====== Information

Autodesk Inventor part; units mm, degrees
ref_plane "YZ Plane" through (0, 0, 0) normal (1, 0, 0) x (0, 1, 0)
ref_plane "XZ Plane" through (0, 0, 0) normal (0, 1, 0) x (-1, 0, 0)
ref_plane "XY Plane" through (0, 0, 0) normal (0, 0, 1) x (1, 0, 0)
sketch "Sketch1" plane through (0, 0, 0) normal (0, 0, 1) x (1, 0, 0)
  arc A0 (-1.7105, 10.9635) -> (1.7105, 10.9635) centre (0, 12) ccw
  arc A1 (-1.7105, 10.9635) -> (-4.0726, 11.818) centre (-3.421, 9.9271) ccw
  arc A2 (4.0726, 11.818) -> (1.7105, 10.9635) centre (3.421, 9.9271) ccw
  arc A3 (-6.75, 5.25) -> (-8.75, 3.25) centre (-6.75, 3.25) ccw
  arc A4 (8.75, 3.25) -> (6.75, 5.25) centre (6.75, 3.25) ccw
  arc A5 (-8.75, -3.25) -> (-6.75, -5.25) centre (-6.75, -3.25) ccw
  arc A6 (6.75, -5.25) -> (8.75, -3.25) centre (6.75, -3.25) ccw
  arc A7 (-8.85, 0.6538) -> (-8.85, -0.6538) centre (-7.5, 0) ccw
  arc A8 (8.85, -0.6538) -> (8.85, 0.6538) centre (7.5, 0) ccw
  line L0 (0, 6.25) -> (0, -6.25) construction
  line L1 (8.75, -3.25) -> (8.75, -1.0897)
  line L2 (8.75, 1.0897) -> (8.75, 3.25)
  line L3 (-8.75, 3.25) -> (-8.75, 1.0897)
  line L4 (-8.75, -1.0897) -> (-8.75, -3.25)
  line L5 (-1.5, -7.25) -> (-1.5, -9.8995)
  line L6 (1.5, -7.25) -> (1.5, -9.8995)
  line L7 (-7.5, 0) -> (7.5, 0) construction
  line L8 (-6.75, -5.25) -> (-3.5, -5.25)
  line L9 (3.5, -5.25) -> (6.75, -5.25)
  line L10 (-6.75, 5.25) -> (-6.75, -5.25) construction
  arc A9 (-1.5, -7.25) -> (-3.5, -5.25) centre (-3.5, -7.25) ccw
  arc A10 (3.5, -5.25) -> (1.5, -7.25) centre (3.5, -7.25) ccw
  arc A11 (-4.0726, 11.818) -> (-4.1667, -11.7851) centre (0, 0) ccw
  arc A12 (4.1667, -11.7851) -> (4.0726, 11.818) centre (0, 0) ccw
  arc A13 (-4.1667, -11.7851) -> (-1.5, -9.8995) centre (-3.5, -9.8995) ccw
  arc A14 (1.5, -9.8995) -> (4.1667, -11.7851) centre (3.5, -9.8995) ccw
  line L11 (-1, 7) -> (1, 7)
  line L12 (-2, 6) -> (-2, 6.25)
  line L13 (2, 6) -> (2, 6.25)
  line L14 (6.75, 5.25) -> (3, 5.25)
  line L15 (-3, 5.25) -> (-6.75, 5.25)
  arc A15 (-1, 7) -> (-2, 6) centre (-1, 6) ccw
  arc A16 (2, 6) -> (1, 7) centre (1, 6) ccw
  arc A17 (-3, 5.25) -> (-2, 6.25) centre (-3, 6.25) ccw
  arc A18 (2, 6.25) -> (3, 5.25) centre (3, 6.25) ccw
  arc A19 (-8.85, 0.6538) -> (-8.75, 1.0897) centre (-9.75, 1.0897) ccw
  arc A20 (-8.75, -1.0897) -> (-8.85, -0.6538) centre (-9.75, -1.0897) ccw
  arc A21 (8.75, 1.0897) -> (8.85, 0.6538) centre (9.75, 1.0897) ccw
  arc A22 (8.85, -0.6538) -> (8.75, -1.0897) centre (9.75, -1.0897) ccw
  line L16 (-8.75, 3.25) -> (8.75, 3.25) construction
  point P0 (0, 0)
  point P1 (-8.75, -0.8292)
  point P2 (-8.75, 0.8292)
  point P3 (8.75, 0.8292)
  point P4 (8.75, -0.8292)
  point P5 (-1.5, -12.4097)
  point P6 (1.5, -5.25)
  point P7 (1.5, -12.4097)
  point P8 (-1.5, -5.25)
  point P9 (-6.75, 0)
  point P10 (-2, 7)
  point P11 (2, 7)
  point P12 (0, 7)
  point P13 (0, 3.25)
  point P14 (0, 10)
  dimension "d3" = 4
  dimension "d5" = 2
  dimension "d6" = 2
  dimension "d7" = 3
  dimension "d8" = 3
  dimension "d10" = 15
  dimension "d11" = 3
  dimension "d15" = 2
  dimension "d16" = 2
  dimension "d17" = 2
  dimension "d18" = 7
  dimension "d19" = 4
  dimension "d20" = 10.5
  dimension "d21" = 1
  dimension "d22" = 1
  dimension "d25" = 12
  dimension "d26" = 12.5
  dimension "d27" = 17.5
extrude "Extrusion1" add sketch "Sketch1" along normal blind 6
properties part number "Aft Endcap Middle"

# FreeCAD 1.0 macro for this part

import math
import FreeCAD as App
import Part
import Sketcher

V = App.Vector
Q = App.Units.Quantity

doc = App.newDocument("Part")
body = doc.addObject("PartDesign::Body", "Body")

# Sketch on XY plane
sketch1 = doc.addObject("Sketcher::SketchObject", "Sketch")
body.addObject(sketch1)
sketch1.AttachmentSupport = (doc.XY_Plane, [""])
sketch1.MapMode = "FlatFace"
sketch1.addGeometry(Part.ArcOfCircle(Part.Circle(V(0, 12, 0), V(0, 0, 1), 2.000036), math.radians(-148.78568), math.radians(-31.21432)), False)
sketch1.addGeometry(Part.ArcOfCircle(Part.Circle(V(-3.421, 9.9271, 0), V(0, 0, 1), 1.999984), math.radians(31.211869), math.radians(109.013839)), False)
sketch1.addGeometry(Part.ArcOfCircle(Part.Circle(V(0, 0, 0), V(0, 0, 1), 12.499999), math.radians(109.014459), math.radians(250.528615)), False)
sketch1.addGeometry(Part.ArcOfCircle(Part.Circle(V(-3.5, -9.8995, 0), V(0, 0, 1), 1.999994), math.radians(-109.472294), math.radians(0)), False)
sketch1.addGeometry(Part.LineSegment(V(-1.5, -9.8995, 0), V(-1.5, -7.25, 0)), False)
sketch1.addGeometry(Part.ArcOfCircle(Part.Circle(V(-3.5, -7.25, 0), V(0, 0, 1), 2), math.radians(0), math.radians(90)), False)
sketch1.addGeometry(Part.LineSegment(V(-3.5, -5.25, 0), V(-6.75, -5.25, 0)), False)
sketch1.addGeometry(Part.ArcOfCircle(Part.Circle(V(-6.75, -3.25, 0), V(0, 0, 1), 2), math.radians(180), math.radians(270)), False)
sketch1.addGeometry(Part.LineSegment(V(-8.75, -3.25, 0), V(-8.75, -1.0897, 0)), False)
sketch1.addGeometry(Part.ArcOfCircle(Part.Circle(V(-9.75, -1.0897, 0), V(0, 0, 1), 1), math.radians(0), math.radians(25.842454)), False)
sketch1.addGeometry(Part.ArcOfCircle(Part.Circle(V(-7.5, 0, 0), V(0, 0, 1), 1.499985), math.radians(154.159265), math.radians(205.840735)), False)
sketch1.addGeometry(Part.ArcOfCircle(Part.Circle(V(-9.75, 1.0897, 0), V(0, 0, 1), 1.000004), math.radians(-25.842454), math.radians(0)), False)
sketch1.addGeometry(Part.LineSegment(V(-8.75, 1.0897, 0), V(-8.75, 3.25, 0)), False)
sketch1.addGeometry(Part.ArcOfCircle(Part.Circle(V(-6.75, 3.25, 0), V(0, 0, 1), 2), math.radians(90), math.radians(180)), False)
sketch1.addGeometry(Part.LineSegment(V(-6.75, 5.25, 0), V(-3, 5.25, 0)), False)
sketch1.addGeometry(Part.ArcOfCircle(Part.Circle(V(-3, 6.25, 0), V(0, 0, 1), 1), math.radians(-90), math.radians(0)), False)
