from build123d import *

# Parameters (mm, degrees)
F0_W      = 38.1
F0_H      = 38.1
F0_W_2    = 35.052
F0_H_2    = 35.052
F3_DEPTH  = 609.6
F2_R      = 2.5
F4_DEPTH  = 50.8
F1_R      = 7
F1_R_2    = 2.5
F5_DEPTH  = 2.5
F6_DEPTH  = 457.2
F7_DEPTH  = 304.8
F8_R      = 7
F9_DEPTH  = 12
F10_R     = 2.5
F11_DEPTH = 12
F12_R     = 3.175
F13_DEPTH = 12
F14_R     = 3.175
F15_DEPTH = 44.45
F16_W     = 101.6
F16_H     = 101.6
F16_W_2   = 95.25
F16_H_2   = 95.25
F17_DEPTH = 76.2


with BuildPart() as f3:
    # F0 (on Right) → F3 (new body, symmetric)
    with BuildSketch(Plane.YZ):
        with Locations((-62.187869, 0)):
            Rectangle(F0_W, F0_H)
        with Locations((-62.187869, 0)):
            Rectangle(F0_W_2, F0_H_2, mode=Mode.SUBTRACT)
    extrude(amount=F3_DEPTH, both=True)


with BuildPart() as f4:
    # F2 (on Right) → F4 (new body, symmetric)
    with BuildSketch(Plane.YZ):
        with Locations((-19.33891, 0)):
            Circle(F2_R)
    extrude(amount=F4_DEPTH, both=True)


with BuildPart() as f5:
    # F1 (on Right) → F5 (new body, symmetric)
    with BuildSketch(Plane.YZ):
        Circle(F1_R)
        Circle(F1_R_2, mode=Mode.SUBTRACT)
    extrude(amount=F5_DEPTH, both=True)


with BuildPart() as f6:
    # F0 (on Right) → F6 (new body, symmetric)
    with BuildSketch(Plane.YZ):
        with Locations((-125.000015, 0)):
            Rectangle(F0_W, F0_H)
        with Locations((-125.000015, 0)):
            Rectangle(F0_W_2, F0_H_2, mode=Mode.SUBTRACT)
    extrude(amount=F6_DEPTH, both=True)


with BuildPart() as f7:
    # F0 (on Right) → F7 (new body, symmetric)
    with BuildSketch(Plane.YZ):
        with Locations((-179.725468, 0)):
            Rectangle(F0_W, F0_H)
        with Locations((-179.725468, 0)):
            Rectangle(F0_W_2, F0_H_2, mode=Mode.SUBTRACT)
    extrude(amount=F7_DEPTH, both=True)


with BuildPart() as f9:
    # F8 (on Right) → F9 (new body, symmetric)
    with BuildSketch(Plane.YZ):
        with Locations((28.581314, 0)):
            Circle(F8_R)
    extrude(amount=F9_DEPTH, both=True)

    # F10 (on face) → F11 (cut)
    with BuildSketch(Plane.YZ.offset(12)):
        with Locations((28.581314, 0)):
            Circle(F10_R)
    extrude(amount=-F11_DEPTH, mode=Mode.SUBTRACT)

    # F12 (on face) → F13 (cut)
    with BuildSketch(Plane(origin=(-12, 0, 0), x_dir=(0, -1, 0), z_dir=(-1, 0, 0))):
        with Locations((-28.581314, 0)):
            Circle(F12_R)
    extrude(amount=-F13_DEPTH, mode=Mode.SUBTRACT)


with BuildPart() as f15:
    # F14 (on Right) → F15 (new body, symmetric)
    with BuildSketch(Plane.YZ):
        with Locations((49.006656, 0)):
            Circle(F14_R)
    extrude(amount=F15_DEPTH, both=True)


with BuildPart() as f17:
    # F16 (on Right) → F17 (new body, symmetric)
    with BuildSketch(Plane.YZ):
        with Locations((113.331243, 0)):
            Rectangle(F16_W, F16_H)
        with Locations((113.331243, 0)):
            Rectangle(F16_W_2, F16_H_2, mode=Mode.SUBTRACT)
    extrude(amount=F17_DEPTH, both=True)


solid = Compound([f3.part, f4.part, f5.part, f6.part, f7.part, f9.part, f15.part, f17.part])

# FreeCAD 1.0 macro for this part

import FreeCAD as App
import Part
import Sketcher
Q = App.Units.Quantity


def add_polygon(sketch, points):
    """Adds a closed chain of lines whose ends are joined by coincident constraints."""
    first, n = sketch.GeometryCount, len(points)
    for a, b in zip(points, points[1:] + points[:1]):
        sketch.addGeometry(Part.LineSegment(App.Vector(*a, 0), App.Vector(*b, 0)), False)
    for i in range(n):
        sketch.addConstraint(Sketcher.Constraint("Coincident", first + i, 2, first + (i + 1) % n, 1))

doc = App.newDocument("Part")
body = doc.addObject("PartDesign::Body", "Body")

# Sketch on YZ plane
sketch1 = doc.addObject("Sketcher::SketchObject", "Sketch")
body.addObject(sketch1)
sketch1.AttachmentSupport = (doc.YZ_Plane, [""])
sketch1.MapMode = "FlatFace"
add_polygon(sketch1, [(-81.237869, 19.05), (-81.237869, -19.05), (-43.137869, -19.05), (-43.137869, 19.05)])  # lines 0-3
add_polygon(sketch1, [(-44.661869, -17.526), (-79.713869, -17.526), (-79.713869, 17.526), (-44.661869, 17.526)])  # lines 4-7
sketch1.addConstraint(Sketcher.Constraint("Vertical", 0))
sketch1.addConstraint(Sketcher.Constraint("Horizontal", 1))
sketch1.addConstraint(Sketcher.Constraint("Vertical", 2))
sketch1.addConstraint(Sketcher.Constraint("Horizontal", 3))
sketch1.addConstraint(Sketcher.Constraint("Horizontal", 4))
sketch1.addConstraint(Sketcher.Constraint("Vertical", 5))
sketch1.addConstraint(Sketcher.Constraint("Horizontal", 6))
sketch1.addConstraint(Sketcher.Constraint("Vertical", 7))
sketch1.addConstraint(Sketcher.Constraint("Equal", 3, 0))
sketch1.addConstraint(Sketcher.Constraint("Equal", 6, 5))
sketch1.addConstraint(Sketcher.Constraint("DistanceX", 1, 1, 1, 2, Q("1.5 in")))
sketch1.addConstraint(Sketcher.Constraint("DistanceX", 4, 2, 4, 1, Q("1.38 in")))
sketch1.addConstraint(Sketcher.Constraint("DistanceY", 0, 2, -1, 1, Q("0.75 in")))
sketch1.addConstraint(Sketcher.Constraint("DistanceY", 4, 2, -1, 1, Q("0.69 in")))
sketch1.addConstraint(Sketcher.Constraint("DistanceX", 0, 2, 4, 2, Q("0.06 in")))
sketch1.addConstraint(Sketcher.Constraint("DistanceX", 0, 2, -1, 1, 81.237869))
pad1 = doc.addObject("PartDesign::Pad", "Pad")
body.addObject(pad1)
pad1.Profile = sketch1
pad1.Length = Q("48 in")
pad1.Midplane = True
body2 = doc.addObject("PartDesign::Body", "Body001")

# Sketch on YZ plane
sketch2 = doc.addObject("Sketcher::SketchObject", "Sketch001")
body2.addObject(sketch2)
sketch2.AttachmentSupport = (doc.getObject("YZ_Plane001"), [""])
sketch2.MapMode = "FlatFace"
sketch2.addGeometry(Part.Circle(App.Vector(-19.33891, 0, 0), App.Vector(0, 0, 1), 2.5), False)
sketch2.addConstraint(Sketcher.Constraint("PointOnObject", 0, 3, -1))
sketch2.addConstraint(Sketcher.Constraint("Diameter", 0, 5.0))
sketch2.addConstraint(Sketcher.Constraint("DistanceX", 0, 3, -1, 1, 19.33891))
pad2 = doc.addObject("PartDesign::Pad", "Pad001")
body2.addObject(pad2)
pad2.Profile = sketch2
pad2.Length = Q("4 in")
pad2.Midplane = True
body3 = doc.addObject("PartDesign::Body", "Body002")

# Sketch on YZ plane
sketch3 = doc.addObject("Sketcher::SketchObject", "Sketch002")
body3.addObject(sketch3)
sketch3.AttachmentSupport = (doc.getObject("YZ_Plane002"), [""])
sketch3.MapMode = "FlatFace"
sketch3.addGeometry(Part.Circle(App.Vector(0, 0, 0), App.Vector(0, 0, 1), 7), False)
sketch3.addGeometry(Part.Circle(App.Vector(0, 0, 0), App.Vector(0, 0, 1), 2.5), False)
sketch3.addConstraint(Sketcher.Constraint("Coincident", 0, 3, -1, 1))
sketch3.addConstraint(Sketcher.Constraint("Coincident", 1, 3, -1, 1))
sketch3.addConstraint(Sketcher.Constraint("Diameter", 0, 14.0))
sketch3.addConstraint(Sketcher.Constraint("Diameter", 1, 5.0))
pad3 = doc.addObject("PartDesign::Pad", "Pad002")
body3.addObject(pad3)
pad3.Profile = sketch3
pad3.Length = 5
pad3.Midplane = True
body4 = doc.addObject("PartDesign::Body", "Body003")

============

Requirement:
Copy only the lines in the listing that contain "SUBTRACT".

Your response:
            Rectangle(F0_W_2, F0_H_2, mode=Mode.SUBTRACT)
        Circle(F1_R_2, mode=Mode.SUBTRACT)
            Rectangle(F0_W_2, F0_H_2, mode=Mode.SUBTRACT)
            Rectangle(F0_W_2, F0_H_2, mode=Mode.SUBTRACT)
    extrude(amount=-F11_DEPTH, mode=Mode.SUBTRACT)
    extrude(amount=-F13_DEPTH, mode=Mode.SUBTRACT)
            Rectangle(F16_W_2, F16_H_2, mode=Mode.SUBTRACT)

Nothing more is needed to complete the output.